AncientPages.com - The 1st century AD inscription printed on an ancient clay vessel in an ancient Thracian burial mound near the town of Tatarevo in Southern Bulgaria is a verse from the poem “Prayer to the Muses” by Ancient Greek poet and statesman Solon.
The inscription was found in August 2015 by the archaeologists excavating the so called Great Ancient Thracian Mound, repeatedly targeted by treasure hunters in Tatarevo, Bulgaria.
The vessel with the “printed” inscription in Greek is a balsamarium (an ancient vessel for holding balsam), reports Archaeology in Bulgaria.
Usually, this kind of ancient inscriptions on vessels are engraved this particular inscription appears to have been printed, with straight lines of letters, the Bulgarian archaeologists have figured out that the “printing” on the balsamarium was most likely accidental, and appeared after the vessel was wrapped in a parchment on which the actual text was written.

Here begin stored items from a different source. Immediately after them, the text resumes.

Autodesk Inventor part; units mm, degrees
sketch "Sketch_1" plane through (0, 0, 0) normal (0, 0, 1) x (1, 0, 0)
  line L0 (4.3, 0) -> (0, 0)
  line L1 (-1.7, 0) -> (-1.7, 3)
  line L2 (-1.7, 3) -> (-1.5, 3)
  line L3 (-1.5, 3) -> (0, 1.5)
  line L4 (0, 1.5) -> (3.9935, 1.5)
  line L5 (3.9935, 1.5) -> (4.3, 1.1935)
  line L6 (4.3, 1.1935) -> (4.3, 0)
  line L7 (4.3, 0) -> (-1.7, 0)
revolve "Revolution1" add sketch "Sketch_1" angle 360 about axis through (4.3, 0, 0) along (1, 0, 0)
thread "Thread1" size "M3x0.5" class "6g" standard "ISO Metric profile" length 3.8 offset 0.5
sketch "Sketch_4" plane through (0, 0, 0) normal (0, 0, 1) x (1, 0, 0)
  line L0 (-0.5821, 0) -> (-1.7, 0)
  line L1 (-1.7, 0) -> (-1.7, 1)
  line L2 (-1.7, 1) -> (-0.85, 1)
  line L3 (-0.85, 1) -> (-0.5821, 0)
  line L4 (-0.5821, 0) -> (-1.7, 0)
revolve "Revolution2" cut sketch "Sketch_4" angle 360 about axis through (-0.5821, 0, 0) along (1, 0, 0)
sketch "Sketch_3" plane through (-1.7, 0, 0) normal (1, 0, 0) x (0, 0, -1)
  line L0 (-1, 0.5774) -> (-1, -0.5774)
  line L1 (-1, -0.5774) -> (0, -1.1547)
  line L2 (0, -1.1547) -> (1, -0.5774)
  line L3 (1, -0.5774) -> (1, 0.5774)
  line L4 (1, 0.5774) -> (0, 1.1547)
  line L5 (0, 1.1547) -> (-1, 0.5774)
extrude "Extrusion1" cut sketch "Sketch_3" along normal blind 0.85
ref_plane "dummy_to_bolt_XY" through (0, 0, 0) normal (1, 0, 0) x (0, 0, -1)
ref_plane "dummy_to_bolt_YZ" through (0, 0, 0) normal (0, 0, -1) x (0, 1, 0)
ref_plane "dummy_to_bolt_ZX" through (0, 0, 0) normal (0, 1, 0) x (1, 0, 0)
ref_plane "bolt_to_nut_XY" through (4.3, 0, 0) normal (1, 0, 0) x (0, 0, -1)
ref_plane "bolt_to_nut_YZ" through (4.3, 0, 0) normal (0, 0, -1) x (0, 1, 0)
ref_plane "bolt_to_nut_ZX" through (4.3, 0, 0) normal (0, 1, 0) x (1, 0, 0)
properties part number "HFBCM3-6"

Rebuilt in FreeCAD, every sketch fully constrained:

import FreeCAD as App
import Part
import Sketcher

V = App.Vector
Q = App.Units.Quantity


def add_polygon(sketch, points):
    """Adds a closed chain of lines whose ends are joined by coincident constraints."""
    first, n = sketch.GeometryCount, len(points)
    for a, b in zip(points, points[1:] + points[:1]):
        sketch.addGeometry(Part.LineSegment(App.Vector(*a, 0), App.Vector(*b, 0)), False)
    for i in range(n):
        sketch.addConstraint(Sketcher.Constraint("Coincident", first + i, 2, first + (i + 1) % n, 1))

doc = App.newDocument("Part")
body = doc.addObject("PartDesign::Body", "Body")

# Sketch on XY plane
sketch1 = body.newObject("Sketcher::SketchObject", "Sketch")
sketch1.AttachmentSupport = (doc.getObject("XY_Plane"), [""])
sketch1.MapMode = "FlatFace"
add_polygon(sketch1, [(-1.7, 0), (4.3, 0), (4.3, 1.19), (3.99, 1.5), (0, 1.5), (-1.5, 3), (-1.7, 3)])  # lines 0-6
sketch1.addConstraint([
    Sketcher.Constraint("Horizontal", 0),
    Sketcher.Constraint("Vertical", 1),
    Sketcher.Constraint("Horizontal", 3),
    Sketcher.Constraint("Horizontal", 5),
    Sketcher.Constraint("Vertical", 6),
    Sketcher.Constraint("PointOnObject", 0, 2, -1),
    Sketcher.Constraint("PointOnObject", 3, 2, -2),
    Sketcher.Constraint("Parallel", 2, 4),
    Sketcher.Constraint("DistanceX", 0, 1, 0, 2, Q("6 mm")),
    Sketcher.Constraint("DistanceY", 6, 2, 6, 1, Q("3 mm")),
    Sketcher.Constraint("Angle", 2, Q("135 deg")),
    Sketcher.Constraint("DistanceX", 5, 2, 5, 1, Q("0.2 mm")),
    Sketcher.Constraint("DistanceX", -1, 1, 0, 2, Q("4.3 mm")),
    Sketcher.Constraint("DistanceX", 3, 2, 3, 1, Q("3.9935 mm")),
])
revolution = body.newObject("PartDesign::Revolution", "Revolution")
revolution.Profile = sketch1
revolution.ReferenceAxis = (sketch1, ["H_Axis"])
revolution.Angle = 360

# Sketch on XY plane
sketch2 = body.newObject("Sketcher::SketchObject", "Sketch001")
sketch2.AttachmentSupport = (doc.getObject("XY_Plane"), [""])
sketch2.MapMode = "FlatFace"
add_polygon(sketch2, [(-1.7, 0), (-0.6, 0), (-0.8, 1), (-1.7, 1)])  # lines 0-3
sketch2.addConstraint([
    Sketcher.Constraint("Horizontal", 0),
    Sketcher.Constraint("Horizontal", 2),
    Sketcher.Constraint("Vertical", 3),
    Sketcher.Constraint("PointOnObject", 0, 2, -1),
    Sketcher.Constraint("DistanceY", 3, 2, 3, 1, Q("1 mm")),
    Sketcher.Constraint("DistanceX", 2, 2, 2, 1, Q("0.85 mm")),
    Sketcher.Constraint("DistanceX", 2, 2, -1, 1, Q("1.7 mm")),
    Sketcher.Constraint("DistanceX", 0, 1, 0, 2, Q("1.118 mm")),
])
groove = body.newObject("PartDesign::Groove", "Groove")
groove.Profile = sketch2
groove.ReferenceAxis = (sketch2, ["H_Axis"])
groove.Angle = 360

# Sketch on YZ plane
sketch3 = body.newObject("Sketcher::SketchObject", "Sketch002")
sketch3.AttachmentSupport = (doc.getObject("YZ_Plane"), [""])
sketch3.MapMode = "FlatFace"
sketch3.AttachmentOffset = App.Placement(V(0, 0, -1.7), App.Rotation())
add_polygon(sketch3, [(1.2, 0), (0.6, 1), (-0.6, 1), (-1.2, 0), (-0.6, -1), (0.6, -1)])  # lines 0-5
sketch3.addConstraint([
    Sketcher.Constraint("Horizontal", 1),
    Sketcher.Constraint("Horizontal", 4),
    Sketcher.Constraint("Symmetric", 0, 2, 3, 2, -1, 1),
    Sketcher.Constraint("Symmetric", 2, 2, 5, 2, -1, 1),
    Sketcher.Constraint("PointOnObject", 2, 2, -1),
    Sketcher.Constraint("Parallel", 2, 5),
    Sketcher.Constraint("Vertical", 1, 2, 3, 2),
    Sketcher.Constraint("DistanceY", -1, 1, 0, 2, Q("1 mm")),
    Sketcher.Constraint("DistanceX", 1, 2, 1, 1, Q("1.1548 mm")),
    Sketcher.Constraint("DistanceX", 2, 2, 0, 2, Q("1.732 mm")),
])
pocket1 = body.newObject("PartDesign::Pocket", "Pocket")
pocket1.Profile = sketch3
pocket1.Length = 0.85
pocket1.Reversed = True

doc.recompute()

The ancient Greek text on the balsamarium from the Great Ancient Thracian Mound in Bulgaria’s Tatarevo has now been deciphered, according to archaeologist Kostadin Kisyov.

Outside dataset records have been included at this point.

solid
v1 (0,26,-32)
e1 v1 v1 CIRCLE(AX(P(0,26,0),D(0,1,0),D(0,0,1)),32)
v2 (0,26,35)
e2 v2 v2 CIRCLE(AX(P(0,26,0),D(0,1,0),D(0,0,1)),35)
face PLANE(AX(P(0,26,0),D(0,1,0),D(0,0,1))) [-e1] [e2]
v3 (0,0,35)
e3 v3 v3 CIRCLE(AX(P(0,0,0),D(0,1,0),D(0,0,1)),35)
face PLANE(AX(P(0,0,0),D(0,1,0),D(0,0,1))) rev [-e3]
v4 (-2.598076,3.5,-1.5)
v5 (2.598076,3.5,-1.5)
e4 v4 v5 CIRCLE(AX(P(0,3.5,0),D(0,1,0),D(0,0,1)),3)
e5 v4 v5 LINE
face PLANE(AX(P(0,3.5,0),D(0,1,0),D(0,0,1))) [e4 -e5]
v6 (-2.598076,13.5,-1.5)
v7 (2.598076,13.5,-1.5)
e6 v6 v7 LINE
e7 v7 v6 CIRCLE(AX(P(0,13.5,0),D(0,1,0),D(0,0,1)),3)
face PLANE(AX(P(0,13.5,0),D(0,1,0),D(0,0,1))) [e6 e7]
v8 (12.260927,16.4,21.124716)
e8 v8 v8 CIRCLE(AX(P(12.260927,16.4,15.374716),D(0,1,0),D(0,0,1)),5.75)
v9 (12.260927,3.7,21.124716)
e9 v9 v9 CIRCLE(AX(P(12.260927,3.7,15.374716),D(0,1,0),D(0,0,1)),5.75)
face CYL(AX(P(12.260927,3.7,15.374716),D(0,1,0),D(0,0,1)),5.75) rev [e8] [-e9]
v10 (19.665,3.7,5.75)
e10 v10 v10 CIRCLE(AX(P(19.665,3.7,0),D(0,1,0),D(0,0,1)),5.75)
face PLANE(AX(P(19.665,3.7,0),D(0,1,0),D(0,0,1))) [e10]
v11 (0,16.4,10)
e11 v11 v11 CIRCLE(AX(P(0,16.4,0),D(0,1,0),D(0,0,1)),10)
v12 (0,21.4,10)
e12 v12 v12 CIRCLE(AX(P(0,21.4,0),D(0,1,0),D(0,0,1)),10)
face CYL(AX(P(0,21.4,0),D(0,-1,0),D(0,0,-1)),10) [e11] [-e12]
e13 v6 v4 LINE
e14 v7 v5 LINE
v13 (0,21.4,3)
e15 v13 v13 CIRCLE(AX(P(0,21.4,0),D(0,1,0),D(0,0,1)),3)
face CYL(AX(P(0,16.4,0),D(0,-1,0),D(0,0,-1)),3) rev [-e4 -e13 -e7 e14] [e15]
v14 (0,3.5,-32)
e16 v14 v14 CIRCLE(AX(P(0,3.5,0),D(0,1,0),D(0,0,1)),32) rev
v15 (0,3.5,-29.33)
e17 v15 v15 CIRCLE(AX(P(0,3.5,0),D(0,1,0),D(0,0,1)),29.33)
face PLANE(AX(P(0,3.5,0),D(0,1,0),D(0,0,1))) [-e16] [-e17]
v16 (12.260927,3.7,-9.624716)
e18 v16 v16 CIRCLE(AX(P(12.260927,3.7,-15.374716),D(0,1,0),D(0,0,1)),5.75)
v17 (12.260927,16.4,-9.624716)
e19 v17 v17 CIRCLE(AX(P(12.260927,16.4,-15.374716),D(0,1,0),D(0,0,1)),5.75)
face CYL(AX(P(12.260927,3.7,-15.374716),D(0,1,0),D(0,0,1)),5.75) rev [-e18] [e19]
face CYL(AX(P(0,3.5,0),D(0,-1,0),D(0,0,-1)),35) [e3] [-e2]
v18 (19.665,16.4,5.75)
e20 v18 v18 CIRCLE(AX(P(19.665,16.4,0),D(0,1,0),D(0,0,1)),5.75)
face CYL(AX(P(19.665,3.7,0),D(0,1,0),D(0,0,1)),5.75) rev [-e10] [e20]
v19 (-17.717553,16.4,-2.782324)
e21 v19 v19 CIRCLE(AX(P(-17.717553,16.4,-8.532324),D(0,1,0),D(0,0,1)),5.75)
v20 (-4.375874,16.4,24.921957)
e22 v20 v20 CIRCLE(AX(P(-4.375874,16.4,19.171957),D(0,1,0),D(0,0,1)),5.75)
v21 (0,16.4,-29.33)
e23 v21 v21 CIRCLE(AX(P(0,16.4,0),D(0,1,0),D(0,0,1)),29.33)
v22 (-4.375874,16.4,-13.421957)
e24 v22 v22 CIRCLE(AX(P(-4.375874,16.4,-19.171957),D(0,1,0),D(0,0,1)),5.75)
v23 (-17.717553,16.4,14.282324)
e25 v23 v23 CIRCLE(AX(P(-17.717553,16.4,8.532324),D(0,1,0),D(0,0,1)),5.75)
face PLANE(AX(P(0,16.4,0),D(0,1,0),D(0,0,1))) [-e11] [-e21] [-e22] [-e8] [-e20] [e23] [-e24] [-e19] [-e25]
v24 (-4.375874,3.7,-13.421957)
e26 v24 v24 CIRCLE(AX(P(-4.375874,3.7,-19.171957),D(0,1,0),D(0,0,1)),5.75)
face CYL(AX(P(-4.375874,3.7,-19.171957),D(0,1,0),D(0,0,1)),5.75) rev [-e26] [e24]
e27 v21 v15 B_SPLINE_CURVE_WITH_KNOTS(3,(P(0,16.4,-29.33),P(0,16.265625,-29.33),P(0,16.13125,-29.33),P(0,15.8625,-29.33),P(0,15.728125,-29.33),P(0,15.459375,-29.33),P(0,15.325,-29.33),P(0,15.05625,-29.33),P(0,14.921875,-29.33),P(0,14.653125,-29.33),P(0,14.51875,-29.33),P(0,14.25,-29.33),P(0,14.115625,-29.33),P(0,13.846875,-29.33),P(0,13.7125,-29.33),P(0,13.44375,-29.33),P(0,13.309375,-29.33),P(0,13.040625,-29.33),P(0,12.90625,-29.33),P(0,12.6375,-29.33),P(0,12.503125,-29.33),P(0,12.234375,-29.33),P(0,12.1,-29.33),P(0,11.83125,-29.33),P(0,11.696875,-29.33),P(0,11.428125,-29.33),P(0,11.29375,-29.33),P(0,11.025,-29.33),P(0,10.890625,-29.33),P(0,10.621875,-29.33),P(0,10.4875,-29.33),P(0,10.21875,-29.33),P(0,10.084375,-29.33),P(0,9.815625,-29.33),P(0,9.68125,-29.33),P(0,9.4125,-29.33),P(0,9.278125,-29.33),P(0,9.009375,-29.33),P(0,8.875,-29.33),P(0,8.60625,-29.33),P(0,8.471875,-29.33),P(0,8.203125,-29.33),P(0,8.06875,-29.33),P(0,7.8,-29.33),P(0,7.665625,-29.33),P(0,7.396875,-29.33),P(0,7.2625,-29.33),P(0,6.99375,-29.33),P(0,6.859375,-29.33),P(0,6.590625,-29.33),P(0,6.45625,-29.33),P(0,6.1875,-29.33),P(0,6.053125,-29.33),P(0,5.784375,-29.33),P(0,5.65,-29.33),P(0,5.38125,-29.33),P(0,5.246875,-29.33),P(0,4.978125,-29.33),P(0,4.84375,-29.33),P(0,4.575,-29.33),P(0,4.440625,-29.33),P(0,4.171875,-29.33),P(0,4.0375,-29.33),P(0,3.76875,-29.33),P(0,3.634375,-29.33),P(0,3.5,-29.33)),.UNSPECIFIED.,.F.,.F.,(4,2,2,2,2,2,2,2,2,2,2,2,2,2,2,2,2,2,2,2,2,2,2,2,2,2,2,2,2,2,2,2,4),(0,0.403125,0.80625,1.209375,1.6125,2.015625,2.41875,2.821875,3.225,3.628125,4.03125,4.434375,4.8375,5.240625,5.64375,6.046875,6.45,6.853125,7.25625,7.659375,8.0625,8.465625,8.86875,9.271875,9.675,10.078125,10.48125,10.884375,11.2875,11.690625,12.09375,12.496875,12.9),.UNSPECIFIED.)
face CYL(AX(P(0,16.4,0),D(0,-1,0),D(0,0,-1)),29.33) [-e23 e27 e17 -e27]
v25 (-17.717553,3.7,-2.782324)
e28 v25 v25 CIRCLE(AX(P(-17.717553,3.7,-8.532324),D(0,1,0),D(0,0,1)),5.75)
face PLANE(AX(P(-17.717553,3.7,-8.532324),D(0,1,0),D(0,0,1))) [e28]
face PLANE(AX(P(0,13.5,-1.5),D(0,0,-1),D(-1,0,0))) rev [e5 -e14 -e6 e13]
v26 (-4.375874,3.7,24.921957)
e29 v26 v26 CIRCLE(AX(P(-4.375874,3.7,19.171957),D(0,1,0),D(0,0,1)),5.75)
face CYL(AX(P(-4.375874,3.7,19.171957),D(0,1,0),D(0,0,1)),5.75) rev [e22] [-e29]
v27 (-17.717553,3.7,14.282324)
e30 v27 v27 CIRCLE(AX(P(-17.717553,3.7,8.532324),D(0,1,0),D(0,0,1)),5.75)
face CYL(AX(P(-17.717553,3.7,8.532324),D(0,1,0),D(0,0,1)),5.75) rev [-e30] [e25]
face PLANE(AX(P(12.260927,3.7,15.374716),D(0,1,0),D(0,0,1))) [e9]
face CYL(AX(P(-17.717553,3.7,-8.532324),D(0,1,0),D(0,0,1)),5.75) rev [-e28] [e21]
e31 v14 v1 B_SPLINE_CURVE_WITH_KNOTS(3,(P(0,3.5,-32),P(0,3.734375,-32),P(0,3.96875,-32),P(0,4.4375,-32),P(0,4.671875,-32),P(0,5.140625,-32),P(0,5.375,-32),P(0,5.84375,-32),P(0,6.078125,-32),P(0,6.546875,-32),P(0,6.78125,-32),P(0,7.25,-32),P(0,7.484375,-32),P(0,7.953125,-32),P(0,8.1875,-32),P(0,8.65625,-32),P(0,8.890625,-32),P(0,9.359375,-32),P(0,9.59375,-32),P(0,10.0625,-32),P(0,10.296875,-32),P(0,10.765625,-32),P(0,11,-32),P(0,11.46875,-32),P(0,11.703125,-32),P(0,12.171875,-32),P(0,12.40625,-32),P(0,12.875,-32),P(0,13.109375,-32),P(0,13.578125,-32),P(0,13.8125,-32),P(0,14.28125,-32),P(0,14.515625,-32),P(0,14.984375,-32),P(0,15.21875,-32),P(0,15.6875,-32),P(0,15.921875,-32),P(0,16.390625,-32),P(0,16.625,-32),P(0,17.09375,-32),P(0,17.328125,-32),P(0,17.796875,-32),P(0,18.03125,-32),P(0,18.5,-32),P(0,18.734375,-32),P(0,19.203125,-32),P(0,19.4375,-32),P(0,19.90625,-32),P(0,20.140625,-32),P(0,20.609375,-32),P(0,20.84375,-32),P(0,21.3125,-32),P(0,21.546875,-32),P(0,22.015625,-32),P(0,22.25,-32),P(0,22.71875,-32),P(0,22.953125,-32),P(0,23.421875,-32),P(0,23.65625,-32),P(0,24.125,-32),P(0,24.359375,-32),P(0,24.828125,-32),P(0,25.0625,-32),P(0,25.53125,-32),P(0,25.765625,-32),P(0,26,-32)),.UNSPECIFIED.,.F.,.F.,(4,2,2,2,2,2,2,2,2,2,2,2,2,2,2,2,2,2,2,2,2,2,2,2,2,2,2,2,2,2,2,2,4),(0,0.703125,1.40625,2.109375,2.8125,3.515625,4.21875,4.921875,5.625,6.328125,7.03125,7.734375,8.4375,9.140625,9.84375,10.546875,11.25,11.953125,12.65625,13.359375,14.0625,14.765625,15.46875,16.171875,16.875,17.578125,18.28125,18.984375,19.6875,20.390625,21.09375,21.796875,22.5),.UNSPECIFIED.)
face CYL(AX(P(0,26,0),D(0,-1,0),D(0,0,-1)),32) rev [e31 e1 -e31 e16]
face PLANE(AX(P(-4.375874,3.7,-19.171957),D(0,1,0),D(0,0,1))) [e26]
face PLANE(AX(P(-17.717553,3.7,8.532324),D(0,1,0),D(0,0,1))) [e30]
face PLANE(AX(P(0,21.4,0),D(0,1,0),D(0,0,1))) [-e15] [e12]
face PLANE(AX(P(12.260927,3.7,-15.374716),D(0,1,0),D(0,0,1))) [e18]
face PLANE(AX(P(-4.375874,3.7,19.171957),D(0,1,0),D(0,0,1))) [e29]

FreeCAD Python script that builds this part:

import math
import FreeCAD as App
import Part
import Sketcher
from FreeCAD import Vector

doc = App.newDocument("Part")
body = doc.addObject("PartDesign::Body", "Body")

# Sketch on XZ plane
sketch1 = body.newObject("Sketcher::SketchObject", "Sketch")
sketch1.AttachmentSupport = (doc.getObject("XZ_Plane"), [""])
sketch1.MapMode = "FlatFace"
sketch1.addGeometry(Part.Circle(Vector(0, 0, 0), Vector(0, 0, 1), 35), False)
sketch1.addConstraint([
    Sketcher.Constraint("Coincident", 0, 3, -1, 1),
    Sketcher.Constraint("Diameter", 0, 70.0),
])
pad1 = body.newObject("PartDesign::Pad", "Pad")
pad1.Profile = sketch1
pad1.Length = 3.5
pad1.Reversed = True

# Sketch on XZ plane
sketch2 = body.newObject("Sketcher::SketchObject", "Sketch001")
sketch2.AttachmentSupport = (doc.getObject("XZ_Plane"), [""])
sketch2.MapMode = "FlatFace"
sketch2.addGeometry([
    Part.Circle(Vector(0, 0, 0), Vector(0, 0, 1), 35),
    Part.Circle(Vector(0, 0, 0), Vector(0, 0, 1), 32),
], False)
sketch2.addConstraint([
    Sketcher.Constraint("Coincident", 0, 3, -1, 1),
    Sketcher.Constraint("Coincident", 1, 3, -1, 1),
    Sketcher.Constraint("Diameter", 0, 70.0),
    Sketcher.Constraint("Diameter", 1, 64.0),
])
pad2 = body.newObject("PartDesign::Pad", "Pad001")
pad2.Profile = sketch2
pad2.Length = 26
pad2.Reversed = True

# Sketch on XZ plane
sketch3 = body.newObject("Sketcher::SketchObject", "Sketch002")
sketch3.AttachmentSupport = (doc.getObject("XZ_Plane"), [""])
sketch3.MapMode = "FlatFace"
sketch3.AttachmentOffset = App.Placement(Vector(0, 0, -3.5), App.Rotation())
sketch3.addGeometry([
    Part.LineSegment(Vector(-2.6, -1.5, 0), Vector(2.6, -1.5, 0)),
    Part.ArcOfCircle(Part.Circle(Vector(0, 0, 0), Vector(0, 0, 1), 3), math.radians(-150), math.radians(-30)),
], False)
sketch3.addConstraint([
    Sketcher.Constraint("Coincident", 0, 1, 1, 1),
    Sketcher.Constraint("Coincident", 1, 2, 0, 2),
    Sketcher.Constraint("Horizontal", 0),
    Sketcher.Constraint("Coincident", 1, 3, -1, 1),
    Sketcher.Constraint("Radius", 1, 3.0),
    Sketcher.Constraint("DistanceY", 0, 1, -1, 1, 1.5),
])
pad3 = body.newObject("PartDesign::Pad", "Pad002")
pad3.Profile = sketch3
pad3.Length = 10
pad3.Reversed = True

It appears to be part of a quote from the poem “Prayer to the Muses” by the glorious Athenian politician and poet Solon (ca. 638 – ca. 558 BC), who, among other things, is credited with laying the foundations of the democracy of Ancient Athens.
“[Grant me from the blessed gods prosperity, and] from all mankind the possession ever of good repute; [and that I may thus be a delight to my friends, and an affliction to my foes, by the first revered], by the others beheld with dread.”
The English translation of Solon’s “Prayers to the Muses” comes from here: http://thriceholy.net/Texts/Solon.html
“This is a unique find because it is the first time a parchment with the text of a literary work has ever been found in Bulgaria – and in a “negative” in which the letters are backwards,” says lead archaeologist Kostadin Kostadinov.
He concludes that the man who was buried in the fourth and deepest ancient Thracian tomb in the Great Mound in Tatarevo, and in whose grave the archaeological team found the balsamarium with the printed inscription, was likely a spiritual figure.
“Apparently, the buried [man] was not a warrior because there were no armaments or expensive decorations, which shows he was a spiritual figure. In the Antiquity, people like him were the most erudite,” explains the archaeologist.
Kisyov reminds that his team rescued in the last minute the Great Ancient Thracian Mound near Tatarevo from treasure hunters who had started to make tunnels into the mound in search for the Thracian tombs beneath.